Store des Tages Frühjahr 2022

Neues Konzept fürs E1 in Euskirchen

Jens Pfisterer, Stuttgart
Loftcharakter in Euskirchen. Offene Decke, große Schaufenster, halb transparente Vorhänge und eine akzentuierende Farbgebung machen die Gestaltung des E1 aus.
Loftcharakter in Euskirchen. Offene Decke, große Schaufenster, halb transparente Vorhänge und eine akzentuierende Farbgebung machen die Gestaltung des E1 aus.

Bei der Flutkatastrophe im Juli 2021 wurden die zwei nebeneinander liegenden Geschäfte von Brigitte und Dieter Eller komplett zerstört. Acht Monate später sind sie jetzt auf zusammengelegter Fläche mit einem neuen Konzept gestartet. Feminin, offen, luftig und farbenfroh wurde der Concept-Store gestaltet. Der Store des Tages.

"Die Kundin soll wie eine Flipperkugel durch den Laden gehen", beschreibt Dieter Eller das Konzept des neugestalteten E1 ins Euskirchen. Nach acht Monaten Bauzeit eröffnete der 620m² große Store Anfang März mit einem komplett neuen Konzept. "Als der Architekt Christian Zorn von Knoblauch das erste Mal hier war, hat er gesagt: ‚Hier kann ich mich mal richtig austoben’", erinnert sich Eller. Da war die Ladenfläche komplett im Rohbau, bei der Flutkatastrophe in der Nacht vom 14. auf den 15. Juli waren die zwei Läden, die Eller zuvor an der Stelle geführt hat, komplett zerstört worden.

"Putz, Estrich, Leitungen – alles war kaputt", sagt Eller, der das Unternehmen gemeinsam mit seiner Frau Brigitte und der langjährigen Mitarbeiterin Susanne Giesgen führt. Bereits vor der Flut hatte sich das Ehepaar entschlossen, das Modeunternehmen an Susanne Giesgen zu übergeben. Dann kam die Flut und im Fokus stand erst einmal der rasche Wiederaufbau.

Store des Tages Frühjahr 2022: E1 in Euskirchen


Dabei nutzten die Modeunternehmer den Moment und ließen in Absprache mit dem Vermieter die bis dahin bestehende Trennwand zwischen dem früheren E1 und einem S.Oliver-Franchise-Store herausnehmen. So entstand ein mehr als 600m² großer Verkaufsraum. "Ziel war es, einen Concept Store mit femininer Note zu entwickeln, der eine leichte, helle und moderne Anmutung hat", beschreibt Christian Zorn, Division Head Retail bei der Konrad Knoblauch GmbH die Konzeptidee (Beleuchtung: Cedes, Hilden).

Die Offenheit beginnt bereits bei den Schaufenstern. Großzügig geben sie den Blick ins Innere des E1 frei. Halbtransparente Vorhänge und großzügige Einblicke in den Laden ersetzen statische Rückwände. Insgesamt wurde bei der Raumaufteilung - von Yaya und S.Oliver wurde jeweils ein Shop-in-Shop in die Ladengestaltung integriert - auf starre Zonen verzichtet. Im Fokus stehen atmende Kompetenzflächen, wie es Zorn nennt. "Um die Wertigkeit der Kollektionen darzustellen, wurde eine erhöhte Warenpräsentation gewählt, damit die Kundin sich somit auf Augenhöhe mit dem Produkt auseinandersetzen kann", beschreibt der Storedesign-Experte die Gestaltung des DOB-Stores. Neben S.Oliver und Yaya führen Ellers unter anderem Anbieter wie Esprit, Tom Tailor, Mac, Rich&Royal, Calvin Klein, Blonde, Comma und Liebeskind.
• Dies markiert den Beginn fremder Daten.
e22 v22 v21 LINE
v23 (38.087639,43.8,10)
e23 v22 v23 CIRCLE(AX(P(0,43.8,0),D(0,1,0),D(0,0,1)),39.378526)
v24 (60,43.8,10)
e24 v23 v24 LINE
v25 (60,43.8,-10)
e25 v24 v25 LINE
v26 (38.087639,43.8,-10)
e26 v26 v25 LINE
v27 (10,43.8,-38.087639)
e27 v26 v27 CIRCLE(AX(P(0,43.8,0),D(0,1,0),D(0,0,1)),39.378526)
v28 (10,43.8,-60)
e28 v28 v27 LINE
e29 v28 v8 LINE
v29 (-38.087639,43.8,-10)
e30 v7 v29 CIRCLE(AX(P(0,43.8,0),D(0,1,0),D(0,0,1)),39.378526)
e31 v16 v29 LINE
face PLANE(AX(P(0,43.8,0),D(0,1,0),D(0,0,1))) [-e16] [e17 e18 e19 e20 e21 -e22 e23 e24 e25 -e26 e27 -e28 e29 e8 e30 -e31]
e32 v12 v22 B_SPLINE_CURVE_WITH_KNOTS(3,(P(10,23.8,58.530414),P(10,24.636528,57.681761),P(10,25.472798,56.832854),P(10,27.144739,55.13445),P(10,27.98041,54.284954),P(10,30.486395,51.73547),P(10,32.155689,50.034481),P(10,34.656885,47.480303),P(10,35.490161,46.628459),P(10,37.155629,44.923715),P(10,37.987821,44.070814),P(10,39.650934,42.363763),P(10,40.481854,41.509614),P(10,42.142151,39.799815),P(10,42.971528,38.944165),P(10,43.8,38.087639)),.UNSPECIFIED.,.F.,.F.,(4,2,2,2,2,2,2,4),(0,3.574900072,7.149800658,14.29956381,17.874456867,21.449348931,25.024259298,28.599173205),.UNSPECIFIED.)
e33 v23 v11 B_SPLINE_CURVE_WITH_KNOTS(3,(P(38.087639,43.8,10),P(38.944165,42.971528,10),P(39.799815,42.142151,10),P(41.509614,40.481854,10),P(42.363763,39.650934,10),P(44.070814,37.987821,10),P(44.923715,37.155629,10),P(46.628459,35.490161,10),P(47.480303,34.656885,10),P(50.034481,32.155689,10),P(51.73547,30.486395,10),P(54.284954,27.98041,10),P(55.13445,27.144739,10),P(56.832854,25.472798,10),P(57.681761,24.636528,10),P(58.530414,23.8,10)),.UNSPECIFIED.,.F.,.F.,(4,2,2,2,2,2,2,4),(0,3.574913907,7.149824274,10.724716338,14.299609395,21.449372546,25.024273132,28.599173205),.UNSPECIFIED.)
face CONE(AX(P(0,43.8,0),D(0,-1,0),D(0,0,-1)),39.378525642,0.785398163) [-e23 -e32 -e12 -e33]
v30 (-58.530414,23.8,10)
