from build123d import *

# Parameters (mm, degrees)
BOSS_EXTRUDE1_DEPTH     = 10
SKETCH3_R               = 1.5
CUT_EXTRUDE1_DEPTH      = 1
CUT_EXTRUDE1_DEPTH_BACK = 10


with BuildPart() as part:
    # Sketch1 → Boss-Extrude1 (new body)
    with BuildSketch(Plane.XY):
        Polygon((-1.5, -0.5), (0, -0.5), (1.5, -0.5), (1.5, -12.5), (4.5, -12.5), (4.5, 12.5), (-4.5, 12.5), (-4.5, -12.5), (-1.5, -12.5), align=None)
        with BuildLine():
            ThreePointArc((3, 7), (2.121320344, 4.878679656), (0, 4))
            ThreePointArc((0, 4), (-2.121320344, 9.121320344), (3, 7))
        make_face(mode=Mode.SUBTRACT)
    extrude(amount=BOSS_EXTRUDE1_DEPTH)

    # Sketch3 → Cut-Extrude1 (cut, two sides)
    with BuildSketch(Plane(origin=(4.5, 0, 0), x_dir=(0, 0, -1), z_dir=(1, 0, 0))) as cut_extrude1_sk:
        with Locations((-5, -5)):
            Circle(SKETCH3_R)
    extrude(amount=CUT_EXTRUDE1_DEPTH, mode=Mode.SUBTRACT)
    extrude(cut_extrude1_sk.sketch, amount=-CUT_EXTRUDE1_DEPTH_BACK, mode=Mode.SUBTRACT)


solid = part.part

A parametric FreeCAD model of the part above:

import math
import FreeCAD as App
import Part
import Sketcher

V = App.Vector


def add_polygon(sketch, points):
    """Adds a closed chain of lines whose ends are joined by coincident constraints."""
    first, n = sketch.GeometryCount, len(points)
    for a, b in zip(points, points[1:] + points[:1]):
        sketch.addGeometry(Part.LineSegment(App.Vector(*a, 0), App.Vector(*b, 0)), False)
    for i in range(n):
        sketch.addConstraint(Sketcher.Constraint("Coincident", first + i, 2, first + (i + 1) % n, 1))

doc = App.newDocument("Part")
body = doc.addObject("PartDesign::Body", "Body")

sketch1 = doc.addObject("Sketcher::SketchObject", "Sketch")
body.addObject(sketch1)
sketch1.AttachmentSupport = (doc.XY_Plane, [""])
sketch1.MapMode = "FlatFace"
add_polygon(sketch1, [(-1.5, -0.5), (1.5, -0.5), (1.5, -12.5), (4.5, -12.5), (4.5, 12.5), (-4.5, 12.5), (-4.5, -12.5), (-1.5, -12.5)])
sketch1.addGeometry(Part.ArcOfCircle(Part.Circle(V(0, 7, 0), V(0, 0, 1), 3), math.radians(0), math.radians(270)), False)
sketch1.addGeometry(Part.ArcOfCircle(Part.Circle(V(0, 7, 0), V(0, 0, 1), 3), math.radians(-90), math.radians(0)), False)
sketch1.addConstraint([
    Sketcher.Constraint("Tangent", 8, 1, 9, 2),
    Sketcher.Constraint("Coincident", 9, 1, 8, 2),
    Sketcher.Constraint("Horizontal", 0),
    Sketcher.Constraint("Vertical", 1),
    Sketcher.Constraint("Horizontal", 2),
    Sketcher.Constraint("Vertical", 3),
    Sketcher.Constraint("Horizontal", 4),
    Sketcher.Constraint("Vertical", 5),
    Sketcher.Constraint("Horizontal", 6),
    Sketcher.Constraint("Vertical", 7),
    Sketcher.Constraint("Symmetric", 2, 2, 4, 2, -1, 1),
    Sketcher.Constraint("Symmetric", 1, 2, 6, 2, -2),
    Sketcher.Constraint("PointOnObject", 8, 3, -2),
    Sketcher.Constraint("PointOnObject", 9, 1, -2),
    Sketcher.Constraint("Horizontal", 9, 3, 8, 1),
    Sketcher.Constraint("Equal", 0, 2),
    Sketcher.Constraint("Radius", 8, 3.0),
    Sketcher.Constraint("DistanceX", 0, 1, 0, 2, 3.0),
    Sketcher.Constraint("DistanceY", 1, 2, 1, 1, 12.0),
    Sketcher.Constraint("DistanceY", 3, 1, 3, 2, 25.0),
    Sketcher.Constraint("DistanceY", -1, 1, 8, 3, 7.0),
])
pad1 = doc.addObject("PartDesign::Pad", "Pad")
body.addObject(pad1)
pad1.Profile = sketch1
pad1.Length = 10

sketch2 = doc.addObject("Sketcher::SketchObject", "Sketch001")
body.addObject(sketch2)
sketch2.AttachmentSupport = (doc.YZ_Plane, [""])
sketch2.MapMode = "FlatFace"
sketch2.AttachmentOffset = App.Placement(V(0, 0, 4.5), App.Rotation())
sketch2.addGeometry(Part.Circle(V(-5, 5, 0), V(0, 0, 1), 1.5), False)
sketch2.addConstraint([
    Sketcher.Constraint("Diameter", 0, 3.0),
    Sketcher.Constraint("DistanceX", 0, 3, -1, 1, 5.0),
    Sketcher.Constraint("DistanceY", -1, 1, 0, 3, 5.0),
])
pocket1 = doc.addObject("PartDesign::Pocket", "Pocket")
body.addObject(pocket1)
pocket1.Profile = sketch2
pocket1.Type = "ThroughAll"
pocket1.Midplane = True

doc.recompute()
Zentrales Element des neuen E1 ist ein fünf Meter langer Tisch, der wie die meisten Warenträger eigens für den Store entworfen wurde. Dort soll die gesamte Fashion-Kompetenz des Stores über ein sorgfältiges Merchandising präsentiert werden. Darüber befindet sich eine Installation mit abgehängten Tüchern – eine, wie Zorn hervorhebt, Hommage an die "Tuchstadt Euskirchen".
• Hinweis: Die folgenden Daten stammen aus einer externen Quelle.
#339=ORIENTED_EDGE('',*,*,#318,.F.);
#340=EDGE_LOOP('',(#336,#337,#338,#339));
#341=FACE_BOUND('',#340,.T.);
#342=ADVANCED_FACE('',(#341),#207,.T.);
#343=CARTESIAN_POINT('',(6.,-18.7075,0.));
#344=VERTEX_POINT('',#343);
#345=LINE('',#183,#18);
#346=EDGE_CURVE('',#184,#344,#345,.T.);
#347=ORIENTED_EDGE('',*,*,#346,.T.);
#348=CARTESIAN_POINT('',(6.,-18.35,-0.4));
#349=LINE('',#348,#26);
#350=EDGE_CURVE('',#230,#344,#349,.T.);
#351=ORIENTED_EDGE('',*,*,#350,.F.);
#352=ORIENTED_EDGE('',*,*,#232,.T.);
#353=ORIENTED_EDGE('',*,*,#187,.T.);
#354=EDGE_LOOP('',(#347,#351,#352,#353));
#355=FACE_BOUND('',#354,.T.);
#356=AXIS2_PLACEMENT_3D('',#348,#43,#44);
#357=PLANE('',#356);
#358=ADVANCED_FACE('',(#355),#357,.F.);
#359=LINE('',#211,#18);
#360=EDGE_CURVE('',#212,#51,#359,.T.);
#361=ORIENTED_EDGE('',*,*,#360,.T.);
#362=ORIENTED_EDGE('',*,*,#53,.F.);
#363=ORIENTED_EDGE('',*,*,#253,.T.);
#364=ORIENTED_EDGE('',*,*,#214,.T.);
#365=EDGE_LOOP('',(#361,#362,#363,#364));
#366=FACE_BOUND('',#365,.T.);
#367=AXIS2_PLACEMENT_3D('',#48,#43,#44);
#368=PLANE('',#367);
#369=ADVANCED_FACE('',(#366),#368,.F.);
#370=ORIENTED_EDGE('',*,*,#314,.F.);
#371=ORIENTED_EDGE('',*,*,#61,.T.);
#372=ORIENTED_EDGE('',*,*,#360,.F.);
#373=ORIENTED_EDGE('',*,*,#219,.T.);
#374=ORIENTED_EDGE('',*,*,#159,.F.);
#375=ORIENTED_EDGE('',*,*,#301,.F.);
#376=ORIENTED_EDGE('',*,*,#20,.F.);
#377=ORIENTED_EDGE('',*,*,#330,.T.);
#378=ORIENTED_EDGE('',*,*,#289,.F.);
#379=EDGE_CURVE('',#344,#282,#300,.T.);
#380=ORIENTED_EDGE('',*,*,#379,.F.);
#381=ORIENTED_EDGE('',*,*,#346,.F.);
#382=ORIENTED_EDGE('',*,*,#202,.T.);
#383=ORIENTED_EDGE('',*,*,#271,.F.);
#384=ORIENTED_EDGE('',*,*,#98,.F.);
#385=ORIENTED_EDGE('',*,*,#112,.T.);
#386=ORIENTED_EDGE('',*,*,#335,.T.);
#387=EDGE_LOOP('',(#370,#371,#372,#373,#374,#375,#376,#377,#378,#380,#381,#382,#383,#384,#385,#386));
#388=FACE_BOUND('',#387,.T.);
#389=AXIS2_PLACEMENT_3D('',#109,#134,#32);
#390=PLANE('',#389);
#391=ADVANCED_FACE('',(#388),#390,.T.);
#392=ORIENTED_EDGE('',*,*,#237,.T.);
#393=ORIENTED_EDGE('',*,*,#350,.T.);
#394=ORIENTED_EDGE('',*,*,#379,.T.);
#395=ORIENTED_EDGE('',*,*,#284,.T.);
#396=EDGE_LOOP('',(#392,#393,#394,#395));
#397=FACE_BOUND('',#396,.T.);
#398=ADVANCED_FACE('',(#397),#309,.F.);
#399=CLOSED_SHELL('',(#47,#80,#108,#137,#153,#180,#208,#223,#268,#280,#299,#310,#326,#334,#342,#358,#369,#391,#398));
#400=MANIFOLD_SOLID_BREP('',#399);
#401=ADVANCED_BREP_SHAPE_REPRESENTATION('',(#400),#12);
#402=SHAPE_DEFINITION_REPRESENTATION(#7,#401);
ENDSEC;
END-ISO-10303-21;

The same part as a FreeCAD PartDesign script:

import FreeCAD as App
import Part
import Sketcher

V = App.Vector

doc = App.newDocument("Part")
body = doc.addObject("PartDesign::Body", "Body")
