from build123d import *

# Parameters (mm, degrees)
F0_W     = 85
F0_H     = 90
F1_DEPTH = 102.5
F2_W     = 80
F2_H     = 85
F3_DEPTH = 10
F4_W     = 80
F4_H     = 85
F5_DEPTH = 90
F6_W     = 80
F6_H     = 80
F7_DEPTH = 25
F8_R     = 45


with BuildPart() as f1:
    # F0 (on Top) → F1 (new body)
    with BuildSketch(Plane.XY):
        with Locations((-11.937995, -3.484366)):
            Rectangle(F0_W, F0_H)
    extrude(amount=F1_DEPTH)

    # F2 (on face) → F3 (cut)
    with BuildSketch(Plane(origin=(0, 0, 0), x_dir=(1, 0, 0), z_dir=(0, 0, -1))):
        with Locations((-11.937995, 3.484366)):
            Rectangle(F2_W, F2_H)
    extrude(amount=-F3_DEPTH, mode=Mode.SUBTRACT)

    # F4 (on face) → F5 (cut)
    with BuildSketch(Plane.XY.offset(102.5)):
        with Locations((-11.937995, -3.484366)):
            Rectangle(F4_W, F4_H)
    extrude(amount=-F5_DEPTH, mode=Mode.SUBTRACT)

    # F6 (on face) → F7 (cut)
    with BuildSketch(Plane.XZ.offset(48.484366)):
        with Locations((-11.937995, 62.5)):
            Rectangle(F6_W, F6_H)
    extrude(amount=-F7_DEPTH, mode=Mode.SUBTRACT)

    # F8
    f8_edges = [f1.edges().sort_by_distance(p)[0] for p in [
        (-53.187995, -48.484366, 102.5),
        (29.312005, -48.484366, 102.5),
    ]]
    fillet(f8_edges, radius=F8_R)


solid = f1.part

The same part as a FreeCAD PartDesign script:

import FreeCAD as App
import Part
import Sketcher

V = App.Vector


def edges_at(feature, points):
    """Names of the edges that pass closest to the given points."""
    edges = feature.Shape.Edges
    near = lambda p: min(range(len(edges)), key=lambda i: edges[i].distToShape(Part.Vertex(*p))[0])
    return sorted({f"Edge{near(p) + 1}" for p in points})


def add_polygon(sketch, points):
    """Adds a closed chain of lines whose ends are joined by coincident constraints."""
    first, n = sketch.GeometryCount, len(points)
    for a, b in zip(points, points[1:] + points[:1]):
        sketch.addGeometry(Part.LineSegment(App.Vector(*a, 0), App.Vector(*b, 0)), False)
    for i in range(n):
        sketch.addConstraint(Sketcher.Constraint("Coincident", first + i, 2, first + (i + 1) % n, 1))

doc = App.newDocument("Part")
params = doc.addObject("Spreadsheet::Sheet", "Params")
for row, (alias, value) in enumerate([
    ("sketch1_width", "85 mm"),
    ("sketch1_height", "90 mm"),
    ("pad1_length", "102.5 mm"),
    ("sketch2_width", "80 mm"),
    ("sketch2_height", "85 mm"),
    ("pocket1_length", "10 mm"),
    ("sketch3_width", "80 mm"),
    ("sketch3_height", "85 mm"),
    ("pocket2_length", "90 mm"),
    ("sketch4_width", "80 mm"),
    ("pocket3_length", "25 mm"),
    ("fillet_radius", "45 mm"),
], start=1):
    params.set(f"A{row}", alias)
    params.set(f"B{row}", "=" + value)
    params.setAlias(f"B{row}", alias)

body = doc.addObject("PartDesign::Body", "Body")

# Sketch on XY plane
sketch1 = body.newObject("Sketcher::SketchObject", "Sketch")
sketch1.AttachmentSupport = (doc.getObject("XY_Plane"), [""])
sketch1.MapMode = "FlatFace"
add_polygon(sketch1, [(-54, 42), (-54, -48), (31, -48), (31, 42)])  # lines 0-3
sketch1.addConstraint(Sketcher.Constraint("Vertical", 0))
sketch1.addConstraint(Sketcher.Constraint("Horizontal", 1))
sketch1.addConstraint(Sketcher.Constraint("Vertical", 2))
sketch1.addConstraint(Sketcher.Constraint("Horizontal", 3))
sketch1.addConstraint(Sketcher.Constraint("DistanceX", 1, 1, 1, 2, 85.0))
sketch1.addConstraint(Sketcher.Constraint("DistanceY", 0, 2, 0, 1, 90.0))
sketch1.addConstraint(Sketcher.Constraint("DistanceX", 0, 2, -1, 1, 54.437995))
sketch1.addConstraint(Sketcher.Constraint("DistanceY", 0, 2, -1, 1, 48.484366))
sketch1.setExpression("Constraints[8]", "Params.sketch1_width")
sketch1.setExpression("Constraints[9]", "Params.sketch1_height")
pad1 = body.newObject("PartDesign::Pad", "Pad")
pad1.Profile = sketch1
pad1.setExpression("Length", "Params.pad1_length")

# Sketch on XY plane
sketch2 = body.newObject("Sketcher::SketchObject", "Sketch001")
sketch2.AttachmentSupport = (doc.getObject("XY_Plane"), [""])
sketch2.MapMode = "FlatFace"
add_polygon(sketch2, [(-52, -46), (-52, 39), (28, 39), (28, -46)])  # lines 0-3
sketch2.addConstraint(Sketcher.Constraint("Vertical", 0))
sketch2.addConstraint(Sketcher.Constraint("Horizontal", 1))
sketch2.addConstraint(Sketcher.Constraint("Vertical", 2))
sketch2.addConstraint(Sketcher.Constraint("Horizontal", 3))
sketch2.addConstraint(Sketcher.Constraint("DistanceX", 1, 1, 1, 2, 80.0))
sketch2.addConstraint(Sketcher.Constraint("DistanceY", 0, 1, 0, 2, 85.0))
sketch2.addConstraint(Sketcher.Constraint("DistanceX", 0, 2, -1, 1, 51.937995))
sketch2.addConstraint(Sketcher.Constraint("DistanceY", -1, 1, 0, 2, 39.015634))
sketch2.setExpression("Constraints[8]", "Params.sketch2_width")
sketch2.setExpression("Constraints[9]", "Params.sketch2_height")
pocket1 = body.newObject("PartDesign::Pocket", "Pocket")
pocket1.Profile = sketch2
pocket1.setExpression("Length", "Params.pocket1_length")
pocket1.Reversed = True

# Sketch on XY plane
sketch3 = body.newObject("Sketcher::SketchObject", "Sketch002")
sketch3.AttachmentSupport = (doc.getObject("XY_Plane"), [""])
sketch3.MapMode = "FlatFace"
sketch3.AttachmentOffset = App.Placement(V(0, 0, 102.5), App.Rotation())
add_polygon(sketch3, [(-52, 39), (-52, -46), (28, -46), (28, 39)])  # lines 0-3
sketch3.addConstraint(Sketcher.Constraint("Vertical", 0))
sketch3.addConstraint(Sketcher.Constraint("Horizontal", 1))
sketch3.addConstraint(Sketcher.Constraint("Vertical", 2))
sketch3.addConstraint(Sketcher.Constraint("Horizontal", 3))
sketch3.addConstraint(Sketcher.Constraint("DistanceX", 1, 1, 1, 2, 80.0))
sketch3.addConstraint(Sketcher.Constraint("DistanceY", 0, 2, 0, 1, 85.0))
sketch3.addConstraint(Sketcher.Constraint("DistanceX", 0, 2, -1, 1, 51.937995))
sketch3.addConstraint(Sketcher.Constraint("DistanceY", 0, 2, -1, 1, 45.984366))
sketch3.setExpression("Constraints[8]", "Params.sketch3_width")
sketch3.setExpression("Constraints[9]", "Params.sketch3_height")
pocket2 = body.newObject("PartDesign::Pocket", "Pocket001")
pocket2.Profile = sketch3
pocket2.setExpression("Length", "Params.pocket2_length")

# Sketch on XZ plane
sketch4 = body.newObject("Sketcher::SketchObject", "Sketch003")
sketch4.AttachmentSupport = (doc.getObject("XZ_Plane"), [""])
sketch4.MapMode = "FlatFace"
sketch4.AttachmentOffset = App.Placement(V(0, 0, 48.484366), App.Rotation())
add_polygon(sketch4, [(-52, 102), (-52, 22), (28, 22), (28, 102)])  # lines 0-3
sketch4.addConstraint(Sketcher.Constraint("Vertical", 0))
sketch4.addConstraint(Sketcher.Constraint("Horizontal", 1))
sketch4.addConstraint(Sketcher.Constraint("Vertical", 2))
sketch4.addConstraint(Sketcher.Constraint("Horizontal", 3))
sketch4.addConstraint(Sketcher.Constraint("Equal", 3, 0))
sketch4.addConstraint(Sketcher.Constraint("DistanceX", 1, 1, 1, 2, 80.0))
sketch4.addConstraint(Sketcher.Constraint("DistanceY", -1, 1, 0, 2, 22.5))
sketch4.addConstraint(Sketcher.Constraint("DistanceX", 0, 2, -1, 1, 51.937995))
sketch4.setExpression("Constraints[9]", "Params.sketch4_width")
pocket3 = body.newObject("PartDesign::Pocket", "Pocket002")
pocket3.Profile = sketch4
pocket3.setExpression("Length", "Params.pocket3_length")
doc.recompute()

fillet = body.newObject("PartDesign::Fillet", "Fillet")
fillet.Base = (pocket3, edges_at(pocket3, [(-53.188, -48.484, 102.5), (29.312, -48.484, 102.5)]))
fillet.setExpression("Radius", "Params.fillet_radius")

doc.recompute()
Für Atmosphäre sorgt vor allem auch die farbige Gestaltung der Rückwände. Während im Kassenbereich der Orange-Ton "Red Earth" Liebe, Freude, Wärme und Leidenschaft vermitteln soll, dominiert im großzügig gestalteten Kabinenbereich "Green Earth". Diese Farbe stehe für Kreativität, Harmonie und Entspannung, so Zorn. "Also genau die richtige Atmosphäre für den Ort, an dem die Kaufentscheidung getroffen wird."